Friday, August 21, 2015

[USO] model update

Before I start, I want to compare USO side by side with PBR because while the charts look similar there is an important difference.  USO is on the left, PBR on the right.  This is what I mean by bullish divergence.  The underlying commodity has tanked to a significantly new lower low but the corporation has not.  Keep in mind that I already counted PBR 5 waves down into C so I really do not expect a lower low on it here.

This simply means two things:
  1. We are most likely reaching a major reversal point
  2. When the commodity stops getting pounded, the company is going to skyrocket because it will be moving into wave 3 up.  For the same reason that I bought puts on LUV, this is about as good a time as you will ever get to buy calls on PBR as long as it does not go to a lower low.  I suspect that the turn comes into the end of the month.



Also note: airlines have been doing well due to low fuel prices.  I modeled LUV as entering into a 3rd wave down.  Because I am modeling oil to be very near an important turn I expect rising fuel prices to be part of the reason for airlines to crash.
 
I don't yet see the USO model from the backlink as having fundamentally changed from the current snapshot even though it was down a bit more today as the DJIA crashed more than 500 points into the close.

Folks, the fed is in a bad way.  It says it would like to raise rates but as we approach the time where that could happen, the market is in panic mode as evidenced by the close of the DJIA down more than 500 pts in a single day.  There is no way the fed can raise the rates without getting blamed for a big stock market crash.  That is not to say the fed won't raise the rates.   When TNX begins to climb without the fed's permission then the fed will have to make a choice: stand pat with the fed funds rate and have everyone know that the fed has lost control of the bond market OR follow the bond market rate with fed hikes and watch the stock market crash.

If the fed refuses to raise the rates then I think commodities are going to reverse upwards because the magick will then be in great danger of being lost.  Once people lose confidence in the fed, the dollar will come under attack.  It would not surprise me at all to see the government throw Yellen, who I have often referred to as the disposable fed, straight under the bus.  When's the last time a fed chair has been fired?  I don't know fed history that well but my first inclination would be to say "never".  Hmm.  Maybe it will be different this time.

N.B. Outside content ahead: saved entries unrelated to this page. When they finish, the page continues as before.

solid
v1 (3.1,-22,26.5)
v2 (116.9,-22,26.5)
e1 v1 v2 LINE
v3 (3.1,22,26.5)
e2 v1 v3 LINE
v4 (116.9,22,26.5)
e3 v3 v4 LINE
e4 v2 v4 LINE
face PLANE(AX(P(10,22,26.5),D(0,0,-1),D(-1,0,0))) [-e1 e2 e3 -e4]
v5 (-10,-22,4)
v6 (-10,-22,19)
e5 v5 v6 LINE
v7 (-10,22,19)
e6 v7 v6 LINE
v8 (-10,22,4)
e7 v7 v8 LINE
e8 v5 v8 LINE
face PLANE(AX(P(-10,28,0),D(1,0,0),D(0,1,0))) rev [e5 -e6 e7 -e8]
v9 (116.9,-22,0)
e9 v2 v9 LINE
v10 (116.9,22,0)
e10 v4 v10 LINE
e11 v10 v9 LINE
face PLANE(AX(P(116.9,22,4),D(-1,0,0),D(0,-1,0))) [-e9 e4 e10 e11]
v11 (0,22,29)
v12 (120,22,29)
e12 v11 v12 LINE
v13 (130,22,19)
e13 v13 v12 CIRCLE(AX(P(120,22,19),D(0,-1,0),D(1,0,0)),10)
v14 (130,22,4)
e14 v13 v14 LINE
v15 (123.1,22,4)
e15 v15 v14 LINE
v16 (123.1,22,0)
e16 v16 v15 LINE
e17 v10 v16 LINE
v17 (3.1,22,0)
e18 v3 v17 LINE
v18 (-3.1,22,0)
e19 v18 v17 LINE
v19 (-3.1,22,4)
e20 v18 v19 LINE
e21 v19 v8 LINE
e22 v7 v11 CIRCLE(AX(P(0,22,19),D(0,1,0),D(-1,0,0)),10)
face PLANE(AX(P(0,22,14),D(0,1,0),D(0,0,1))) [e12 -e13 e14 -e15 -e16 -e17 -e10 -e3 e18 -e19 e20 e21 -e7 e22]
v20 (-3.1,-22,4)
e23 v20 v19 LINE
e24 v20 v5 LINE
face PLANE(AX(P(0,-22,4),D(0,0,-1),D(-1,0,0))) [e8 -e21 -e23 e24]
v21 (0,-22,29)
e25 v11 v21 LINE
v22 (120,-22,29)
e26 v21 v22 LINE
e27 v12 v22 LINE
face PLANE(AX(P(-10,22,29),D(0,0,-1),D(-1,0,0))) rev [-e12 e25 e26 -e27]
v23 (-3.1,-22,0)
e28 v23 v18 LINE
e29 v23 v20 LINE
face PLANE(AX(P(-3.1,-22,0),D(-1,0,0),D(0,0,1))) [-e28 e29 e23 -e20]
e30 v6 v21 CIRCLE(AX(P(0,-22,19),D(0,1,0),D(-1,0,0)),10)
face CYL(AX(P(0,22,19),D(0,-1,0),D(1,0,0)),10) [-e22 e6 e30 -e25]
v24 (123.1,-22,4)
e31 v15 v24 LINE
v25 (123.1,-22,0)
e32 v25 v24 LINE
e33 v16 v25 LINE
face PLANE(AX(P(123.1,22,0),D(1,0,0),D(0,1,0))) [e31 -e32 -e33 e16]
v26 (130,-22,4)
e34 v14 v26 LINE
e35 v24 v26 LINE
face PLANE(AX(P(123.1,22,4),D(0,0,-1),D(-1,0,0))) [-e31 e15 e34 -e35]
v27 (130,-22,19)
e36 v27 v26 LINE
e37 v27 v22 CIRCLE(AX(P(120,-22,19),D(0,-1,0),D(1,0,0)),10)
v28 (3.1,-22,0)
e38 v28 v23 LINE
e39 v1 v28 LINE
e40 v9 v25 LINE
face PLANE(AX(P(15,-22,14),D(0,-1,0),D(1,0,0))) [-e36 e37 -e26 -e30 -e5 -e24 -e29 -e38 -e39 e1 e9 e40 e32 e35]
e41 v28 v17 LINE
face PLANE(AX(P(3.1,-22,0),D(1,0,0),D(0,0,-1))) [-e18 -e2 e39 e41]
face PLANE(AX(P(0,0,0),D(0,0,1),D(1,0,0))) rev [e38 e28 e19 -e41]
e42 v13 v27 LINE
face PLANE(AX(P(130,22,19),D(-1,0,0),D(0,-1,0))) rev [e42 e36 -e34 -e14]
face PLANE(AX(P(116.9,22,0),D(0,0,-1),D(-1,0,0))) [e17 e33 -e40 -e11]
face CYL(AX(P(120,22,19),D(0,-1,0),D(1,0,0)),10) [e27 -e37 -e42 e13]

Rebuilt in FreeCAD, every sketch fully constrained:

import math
import FreeCAD as App
import Part
import Sketcher
from FreeCAD import Vector

doc = App.newDocument("Part")
body = doc.addObject("PartDesign::Body", "Body")

sketch1 = doc.addObject("Sketcher::SketchObject", "Sketch")
body.addObject(sketch1)
sketch1.AttachmentSupport = (doc.XY_Plane, [""])
sketch1.MapMode = "FlatFace"
sketch1.addGeometry([
    Part.LineSegment(Vector(-15, 22, 0), Vector(-15, -22, 0)),
    Part.LineSegment(Vector(-15, -22, 0), Vector(15, -22, 0)),
    Part.LineSegment(Vector(15, -22, 0), Vector(15, 22, 0)),
    Part.LineSegment(Vector(15, 22, 0), Vector(-15, 22, 0)),
], False)
sketch1.addConstraint([
    Sketcher.Constraint("Coincident", 0, 2, 1, 1),
    Sketcher.Constraint("Coincident", 1, 2, 2, 1),
    Sketcher.Constraint("Coincident", 2, 2, 3, 1),
    Sketcher.Constraint("Coincident", 3, 2, 0, 1),
    Sketcher.Constraint("Vertical", 0),
    Sketcher.Constraint("Horizontal", 1),
    Sketcher.Constraint("Vertical", 2),
    Sketcher.Constraint("Horizontal", 3),
    Sketcher.Constraint("Symmetric", 0, 2, 2, 2, -1, 1),
    Sketcher.Constraint("DistanceX", 1, 1, 1, 2, 30.0),
    Sketcher.Constraint("DistanceY", 0, 2, 0, 1, 44.0),
])
pad1 = doc.addObject("PartDesign::Pad", "Pad")
body.addObject(pad1)
pad1.Profile = sketch1
pad1.Length = 14

sketch2 = doc.addObject("Sketcher::SketchObject", "Sketch001")
body.addObject(sketch2)
sketch2.AttachmentSupport = (doc.XZ_Plane, [""])
sketch2.MapMode = "FlatFace"
sketch2.AttachmentOffset = App.Placement(Vector(0, 0, -22), App.Rotation())
sketch2.addGeometry([
    Part.LineSegment(Vector(-15, 0, 0), Vector(-15, 14, 0)),
    Part.LineSegment(Vector(-15, 14, 0), Vector(-10, 4, 0)),
    Part.LineSegment(Vector(-10, 4, 0), Vector(-3.1, 4, 0)),
    Part.LineSegment(Vector(-3.1, 4, 0), Vector(-3.1, 0, 0)),
    Part.LineSegment(Vector(-3.1, 0, 0), Vector(-15, 0, 0)),
    Part.LineSegment(Vector(3.1, 4, 0), Vector(10, 4, 0)),
    Part.LineSegment(Vector(10, 4, 0), Vector(15, 14, 0)),
    Part.LineSegment(Vector(15, 14, 0), Vector(15, 0, 0)),
    Part.LineSegment(Vector(15, 0, 0), Vector(3.1, 0, 0)),
    Part.LineSegment(Vector(3.1, 0, 0), Vector(3.1, 4, 0)),
], False)
sketch2.addConstraint([
    Sketcher.Constraint("Coincident", 0, 2, 1, 1),
    Sketcher.Constraint("Coincident", 1, 2, 2, 1),
    Sketcher.Constraint("Coincident", 2, 2, 3, 1),
    Sketcher.Constraint("Coincident", 3, 2, 4, 1),
    Sketcher.Constraint("Coincident", 4, 2, 0, 1),
    Sketcher.Constraint("Coincident", 5, 2, 6, 1),
    Sketcher.Constraint("Coincident", 6, 2, 7, 1),
    Sketcher.Constraint("Coincident", 7, 2, 8, 1),
    Sketcher.Constraint("Coincident", 8, 2, 9, 1),
    Sketcher.Constraint("Coincident", 9, 2, 5, 1),
    Sketcher.Constraint("Vertical", 0),
    Sketcher.Constraint("Horizontal", 2),
    Sketcher.Constraint("Vertical", 3),
    Sketcher.Constraint("Horizontal", 4),
    Sketcher.Constraint("Horizontal", 5),
    Sketcher.Constraint("Vertical", 7),
    Sketcher.Constraint("Horizontal", 8),
    Sketcher.Constraint("Vertical", 9),
    Sketcher.Constraint("Symmetric", 4, 2, 7, 2, -1, 1),
    Sketcher.Constraint("Symmetric", 1, 2, 5, 2, -2),
    Sketcher.Constraint("Symmetric", 3, 2, 8, 2, -2),
    Sketcher.Constraint("Horizontal", 0, 2, 6, 2),
    Sketcher.Constraint("DistanceY", 0, 1, 0, 2, 14.0),
    Sketcher.Constraint("DistanceY", 3, 2, 3, 1, 4.0),
    Sketcher.Constraint("DistanceX", 2, 1, 2, 2, 6.9),
    Sketcher.Constraint("DistanceX", 4, 2, 4, 1, 11.9),
    Sketcher.Constraint("DistanceX", 0, 2, -1, 1, 15.0),
])
pocket1 = doc.addObject("PartDesign::Pocket", "Pocket")
body.addObject(pocket1)
pocket1.Profile = sketch2
pocket1.Length = 44
pocket1.Reversed = True

sketch3 = doc.addObject("Sketcher::SketchObject", "Sketch002")
body.addObject(sketch3)
sketch3.AttachmentSupport = (doc.XY_Plane, [""])
sketch3.MapMode = "FlatFace"
sketch3.addGeometry([
    Part.LineSegment(Vector(3, 3, 0), Vector(3, -3, 0)),
    Part.LineSegment(Vector(3, -3, 0), Vector(-3, -3, 0)),
    Part.LineSegment(Vector(-3, -3, 0), Vector(-3, 3, 0)),
    Part.LineSegment(Vector(-3, 3, 0), Vector(3, 3, 0)),
], False)
sketch3.addConstraint([
    Sketcher.Constraint("Coincident", 0, 2, 1, 1),
    Sketcher.Constraint("Coincident", 1, 2, 2, 1),
    Sketcher.Constraint("Coincident", 2, 2, 3, 1),
    Sketcher.Constraint("Coincident", 3, 2, 0, 1),
    Sketcher.Constraint("Vertical", 0),
    Sketcher.Constraint("Horizontal", 1),
    Sketcher.Constraint("Vertical", 2),
    Sketcher.Constraint("Horizontal", 3),
    Sketcher.Constraint("Symmetric", 0, 2, 2, 2, -1, 1),
    Sketcher.Constraint("Equal", 3, 0),
    Sketcher.Constraint("DistanceX", 1, 2, 1, 1, 6.2),
])
pocket2 = doc.addObject("PartDesign::Pocket", "Pocket001")
body.addObject(pocket2)
pocket2.Profile = sketch3
pocket2.Length = 4
pocket2.Reversed = True

sketch4 = doc.addObject("Sketcher::SketchObject", "Sketch003")
body.addObject(sketch4)
sketch4.AttachmentSupport = (doc.XY_Plane, [""])
sketch4.MapMode = "FlatFace"
sketch4.AttachmentOffset = App.Placement(Vector(0, 0, 14), App.Rotation())
sketch4.addGeometry(Part.Circle(Vector(0, 0, 0), Vector(0, 0, 1), 4), False)
sketch4.addConstraint([
    Sketcher.Constraint("Coincident", 0, 3, -1, 1),
    Sketcher.Constraint("Diameter", 0, 8.0),
])
pocket3 = doc.addObject("PartDesign::Pocket", "Pocket002")
body.addObject(pocket3)
pocket3.Profile = sketch4
pocket3.Length = 5

sketch5 = doc.addObject("Sketcher::SketchObject", "Sketch004")
body.addObject(sketch5)
sketch5.AttachmentSupport = (doc.XY_Plane, [""])
sketch5.MapMode = "FlatFace"
sketch5.AttachmentOffset = App.Placement(Vector(0, 0, 9), App.Rotation())
sketch5.addGeometry(Part.Circle(Vector(0, 0, 0), Vector(0, 0, 1), 2.6), False)
sketch5.addConstraint([
    Sketcher.Constraint("Coincident", 0, 3, -1, 1),
    Sketcher.Constraint("Diameter", 0, 5.2),
])
pocket4 = doc.addObject("PartDesign::Pocket", "Pocket003")
body.addObject(pocket4)
pocket4.Profile = sketch5
pocket4.Length = 5

sketch6 = doc.addObject("Sketcher::SketchObject", "Sketch005")
body.addObject(sketch6)
sketch6.AttachmentSupport = (doc.XY_Plane, [""])
sketch6.MapMode = "FlatFace"
sketch6.AttachmentOffset = App.Placement(Vector(0, 0, 14), App.Rotation())
sketch6.addGeometry(Part.Circle(Vector(0, 0, 0), Vector(0, 0, 1), 4), False)
sketch6.addConstraint([
    Sketcher.Constraint("Coincident", 0, 3, -1, 1),
    Sketcher.Constraint("Diameter", 0, 8.0),
])
pad2 = doc.addObject("PartDesign::Pad", "Pad001")
body.addObject(pad2)
pad2.Profile = sketch6
pad2.Length = 10
pad2.Reversed = True

sketch7 = doc.addObject("Sketcher::SketchObject", "Sketch006")
body.addObject(sketch7)
sketch7.AttachmentSupport = (doc.XZ_Plane, [""])
sketch7.MapMode = "FlatFace"
sketch7.AttachmentOffset = App.Placement(Vector(0, 0, 22), App.Rotation())
sketch7.addGeometry([
    Part.LineSegment(Vector(3.1, 0, 0), Vector(3.1, 4, 0)),
    Part.LineSegment(Vector(3.1, 4, 0), Vector(-3.1, 4, 0)),
    Part.LineSegment(Vector(-3.1, 4, 0), Vector(-3.1, 0, 0)),
    Part.LineSegment(Vector(-3.1, 0, 0), Vector(3.1, 0, 0)),
], False)
sketch7.addConstraint([
    Sketcher.Constraint("Coincident", 0, 2, 1, 1),
    Sketcher.Constraint("Coincident", 1, 2, 2, 1),
    Sketcher.Constraint("Coincident", 2, 2, 3, 1),
    Sketcher.Constraint("Coincident", 3, 2, 0, 1),
    Sketcher.Constraint("Vertical", 0),
    Sketcher.Constraint("Horizontal", 1),
    Sketcher.Constraint("Vertical", 2),
    Sketcher.Constraint("Horizontal", 3),
    Sketcher.Constraint("Symmetric", 2, 2, 3, 2, -1, 1),
    Sketcher.Constraint("DistanceY", 0, 1, 0, 2, 4.0),
    Sketcher.Constraint("DistanceX", 1, 2, 1, 1, 6.2),
])
pad3 = doc.addObject("PartDesign::Pad", "Pad002")
body.addObject(pad3)
pad3.Profile = sketch7
pad3.Length = 40
pad3.Reversed = True

sketch8 = doc.addObject("Sketcher::SketchObject", "Sketch007")
body.addObject(sketch8)
sketch8.AttachmentSupport = (doc.XZ_Plane, [""])
sketch8.MapMode = "FlatFace"
sketch8.AttachmentOffset = App.Placement(Vector(0, 0, 22), App.Rotation())
sketch8.addGeometry([
    Part.LineSegment(Vector(-15, 14, 0), Vector(-10, 4, 0)),
    Part.LineSegment(Vector(-10, 4, 0), Vector(-10, 14, 0)),
    Part.LineSegment(Vector(-10, 14, 0), Vector(-15, 14, 0)),
    Part.LineSegment(Vector(15, 14, 0), Vector(10, 14, 0)),
    Part.LineSegment(Vector(10, 14, 0), Vector(10, 4, 0)),
    Part.LineSegment(Vector(10, 4, 0), Vector(15, 14, 0)),
], False)
sketch8.addConstraint([
    Sketcher.Constraint("Coincident", 0, 2, 1, 1),
    Sketcher.Constraint("Coincident", 1, 2, 2, 1),
    Sketcher.Constraint("Coincident", 2, 2, 0, 1),
    Sketcher.Constraint("Coincident", 3, 2, 4, 1),
    Sketcher.Constraint("Coincident", 4, 2, 5, 1),
    Sketcher.Constraint("Coincident", 5, 2, 3, 1),
    Sketcher.Constraint("Vertical", 1),
    Sketcher.Constraint("Horizontal", 2),
    Sketcher.Constraint("Horizontal", 3),
    Sketcher.Constraint("Vertical", 4),
    Sketcher.Constraint("Symmetric", 1, 2, 3, 2, -2),
    Sketcher.Constraint("Horizontal", 0, 2, 4, 2),
    Sketcher.Constraint("Equal", 2, 3),
    Sketcher.Constraint("DistanceX", 2, 2, 2, 1, 5.0),
    Sketcher.Constraint("DistanceY", 1, 1, 1, 2, 10.0),
    Sketcher.Constraint("DistanceX", 0, 2, -1, 1, 10.0),
    Sketcher.Constraint("DistanceY", -1, 1, 0, 2, 4.0),
])
pocket5 = doc.addObject("PartDesign::Pocket", "Pocket004")
body.addObject(pocket5)
pocket5.Profile = sketch8
pocket5.Length = 50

In any case, oil is trading now at $40 per bbl.  Because of the decline, even smart analysts like Gary Shilling are starting to say ridiculous things like oil will go to $10 a bbl.  Why not $5?  Why not just free oil for everyone?  Hell, when will the begin to pay us to take the black sticky goo away?  After all, it's free to drill and transport and refine, right?  Statements like those coming from Shilling give me cause to believe that we are closing in on a bottom here.

In any case, if we get a 3 wave bounce into black 4 I'll have to call it a sucker's bounce and then I will be looking to load up on oil related stuff (like PBR) in the $12-$12.50 range of USO.